Safety and Tolerability
The combination of tobevibart and elebsiran demonstrated a favorable safety profile, consistent with previous studies. Treatment-emergent adverse events (TEAEs) were generally mild or moderate and transient, with influenza-like illness being the most common. No ALT flares, study-related discontinuations, or treatment-related severe adverse events (SAEs) were reported.
ECLIPSE Phase 3 Program
Following discussions with the FDA, Vir Biotechnology has finalized the design of the Phase 3 registrational clinical program, ECLIPSE, to further evaluate the tobevibart and elebsiran combination in individuals with CHD. The program will consist of three randomized, controlled trials comparing the combination therapy to deferred treatment or bulevirtide. All studies will include both cirrhotic and non-cirrhotic participants.
The ECLIPSE program includes:
- ECLIPSE 1: Assessing the efficacy and safety of tobevibart and elebsiran compared to deferred treatment in regions where bulevirtide is not available or its use is limited.

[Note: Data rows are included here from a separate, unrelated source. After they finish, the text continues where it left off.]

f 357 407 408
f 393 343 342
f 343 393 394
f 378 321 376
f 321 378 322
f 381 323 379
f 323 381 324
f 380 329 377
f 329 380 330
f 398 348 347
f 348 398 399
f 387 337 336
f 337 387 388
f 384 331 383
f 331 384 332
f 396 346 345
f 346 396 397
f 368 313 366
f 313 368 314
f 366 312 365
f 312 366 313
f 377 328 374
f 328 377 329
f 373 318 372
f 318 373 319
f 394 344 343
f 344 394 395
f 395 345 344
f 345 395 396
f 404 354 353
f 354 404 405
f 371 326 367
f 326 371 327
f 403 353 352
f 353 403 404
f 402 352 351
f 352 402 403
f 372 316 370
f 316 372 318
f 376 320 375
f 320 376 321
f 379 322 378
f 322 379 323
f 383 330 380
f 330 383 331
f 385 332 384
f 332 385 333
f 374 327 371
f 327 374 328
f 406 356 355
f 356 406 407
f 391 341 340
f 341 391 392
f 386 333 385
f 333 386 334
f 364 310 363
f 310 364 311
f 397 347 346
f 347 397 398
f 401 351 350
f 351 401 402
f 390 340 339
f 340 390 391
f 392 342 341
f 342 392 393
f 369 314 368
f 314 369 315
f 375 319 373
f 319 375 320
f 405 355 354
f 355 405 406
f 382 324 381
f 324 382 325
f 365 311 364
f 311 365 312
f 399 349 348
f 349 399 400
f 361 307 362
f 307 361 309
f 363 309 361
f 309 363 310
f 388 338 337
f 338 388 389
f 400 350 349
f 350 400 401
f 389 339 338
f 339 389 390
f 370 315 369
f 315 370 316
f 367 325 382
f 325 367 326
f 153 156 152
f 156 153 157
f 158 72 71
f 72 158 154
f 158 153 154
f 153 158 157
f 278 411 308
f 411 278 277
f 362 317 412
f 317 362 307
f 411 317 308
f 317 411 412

- ECLIPSE 2: Evaluating the efficacy and safety of switching to tobevibart and elebsiran in individuals with CHD who have not achieved viral suppression with bulevirtide therapy.

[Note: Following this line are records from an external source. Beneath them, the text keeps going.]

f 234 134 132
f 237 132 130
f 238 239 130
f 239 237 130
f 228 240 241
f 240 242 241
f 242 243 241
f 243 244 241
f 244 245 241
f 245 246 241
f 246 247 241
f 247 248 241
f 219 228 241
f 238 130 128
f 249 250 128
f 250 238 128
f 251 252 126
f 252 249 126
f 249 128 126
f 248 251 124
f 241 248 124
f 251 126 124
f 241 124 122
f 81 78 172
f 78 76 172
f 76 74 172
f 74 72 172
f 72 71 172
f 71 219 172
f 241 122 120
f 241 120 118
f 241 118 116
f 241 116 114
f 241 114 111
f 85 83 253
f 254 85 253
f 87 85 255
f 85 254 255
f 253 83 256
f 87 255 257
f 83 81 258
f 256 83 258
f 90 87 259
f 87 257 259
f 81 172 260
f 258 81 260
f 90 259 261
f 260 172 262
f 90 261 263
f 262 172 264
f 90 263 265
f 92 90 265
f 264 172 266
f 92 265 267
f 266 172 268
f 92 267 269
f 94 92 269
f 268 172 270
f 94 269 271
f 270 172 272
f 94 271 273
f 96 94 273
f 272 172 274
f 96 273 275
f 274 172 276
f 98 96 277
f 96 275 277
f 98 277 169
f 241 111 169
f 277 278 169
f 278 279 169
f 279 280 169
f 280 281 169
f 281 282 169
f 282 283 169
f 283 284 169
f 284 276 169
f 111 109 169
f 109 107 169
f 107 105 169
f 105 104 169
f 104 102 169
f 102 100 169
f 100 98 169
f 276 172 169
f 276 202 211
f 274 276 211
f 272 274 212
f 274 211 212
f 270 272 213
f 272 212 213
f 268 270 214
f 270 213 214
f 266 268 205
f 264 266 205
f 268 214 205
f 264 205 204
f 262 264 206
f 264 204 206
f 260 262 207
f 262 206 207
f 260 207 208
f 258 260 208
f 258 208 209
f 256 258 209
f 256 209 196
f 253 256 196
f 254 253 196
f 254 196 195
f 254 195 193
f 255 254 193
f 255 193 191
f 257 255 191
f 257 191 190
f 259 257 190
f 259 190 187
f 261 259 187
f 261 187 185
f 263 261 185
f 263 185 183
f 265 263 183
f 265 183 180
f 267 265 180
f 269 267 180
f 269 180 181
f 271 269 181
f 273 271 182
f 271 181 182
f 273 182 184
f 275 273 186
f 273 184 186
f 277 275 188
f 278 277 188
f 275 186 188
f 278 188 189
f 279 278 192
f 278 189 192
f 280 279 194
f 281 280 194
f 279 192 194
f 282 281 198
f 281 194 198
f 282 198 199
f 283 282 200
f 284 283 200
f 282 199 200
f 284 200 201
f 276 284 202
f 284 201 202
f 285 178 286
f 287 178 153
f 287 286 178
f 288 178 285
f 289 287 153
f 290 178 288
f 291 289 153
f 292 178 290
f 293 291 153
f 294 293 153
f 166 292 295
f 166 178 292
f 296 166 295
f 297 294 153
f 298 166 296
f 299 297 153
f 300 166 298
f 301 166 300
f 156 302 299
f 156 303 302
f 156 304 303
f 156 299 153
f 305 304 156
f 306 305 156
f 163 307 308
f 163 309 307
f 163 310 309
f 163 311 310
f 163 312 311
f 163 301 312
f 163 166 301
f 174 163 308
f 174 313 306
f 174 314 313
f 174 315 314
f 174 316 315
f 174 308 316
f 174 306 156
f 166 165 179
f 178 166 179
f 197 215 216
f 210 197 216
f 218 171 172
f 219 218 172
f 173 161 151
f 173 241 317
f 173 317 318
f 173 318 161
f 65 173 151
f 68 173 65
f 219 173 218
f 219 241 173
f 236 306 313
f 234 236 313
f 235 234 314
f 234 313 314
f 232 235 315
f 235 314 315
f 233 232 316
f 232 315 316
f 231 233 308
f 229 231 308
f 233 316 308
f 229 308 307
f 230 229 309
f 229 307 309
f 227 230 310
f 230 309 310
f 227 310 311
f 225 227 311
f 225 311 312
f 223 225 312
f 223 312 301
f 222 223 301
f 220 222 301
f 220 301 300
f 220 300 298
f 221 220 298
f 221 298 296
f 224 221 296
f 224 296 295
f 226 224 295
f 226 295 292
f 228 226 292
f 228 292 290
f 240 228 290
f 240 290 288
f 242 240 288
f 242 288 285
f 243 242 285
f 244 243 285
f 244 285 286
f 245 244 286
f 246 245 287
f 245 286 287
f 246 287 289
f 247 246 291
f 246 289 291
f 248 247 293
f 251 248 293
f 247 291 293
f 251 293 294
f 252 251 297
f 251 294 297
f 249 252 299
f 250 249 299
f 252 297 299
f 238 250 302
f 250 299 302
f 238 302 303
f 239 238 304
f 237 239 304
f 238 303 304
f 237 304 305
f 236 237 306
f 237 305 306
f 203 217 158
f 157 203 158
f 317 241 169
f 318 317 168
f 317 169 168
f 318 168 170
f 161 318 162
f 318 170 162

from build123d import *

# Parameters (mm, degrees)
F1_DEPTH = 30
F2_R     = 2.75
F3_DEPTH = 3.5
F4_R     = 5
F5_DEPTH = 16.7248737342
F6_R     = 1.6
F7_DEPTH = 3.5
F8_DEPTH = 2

- ECLIPSE 3: A Phase 2b head-to-head trial comparing tobevibart and elebsiran with bulevirtide in bulevirtide-naïve patients.
Regulatory Designations
The FDA has granted fast track designation to the combination of tobevibart and elebsiran for CHD treatment, aiming to expedite the development and review of drugs for serious conditions with unmet medical needs. Additionally, the EMA's Committee for Orphan Medicinal Products (COMP) has issued a positive opinion on the application for orphan drug designation for tobevibart and elebsiran in treating CHD.
Marianne De Backer, M.Sc., Ph.D., MBA, Chief Executive Officer of Vir Biotechnology, stated, "We are confident that our regimen has the potential to deliver transformative benefits for patients, and we will build on our strong SOLSTICE data to start our Phase 3 registrational ECLIPSE program as soon as possible in 2025."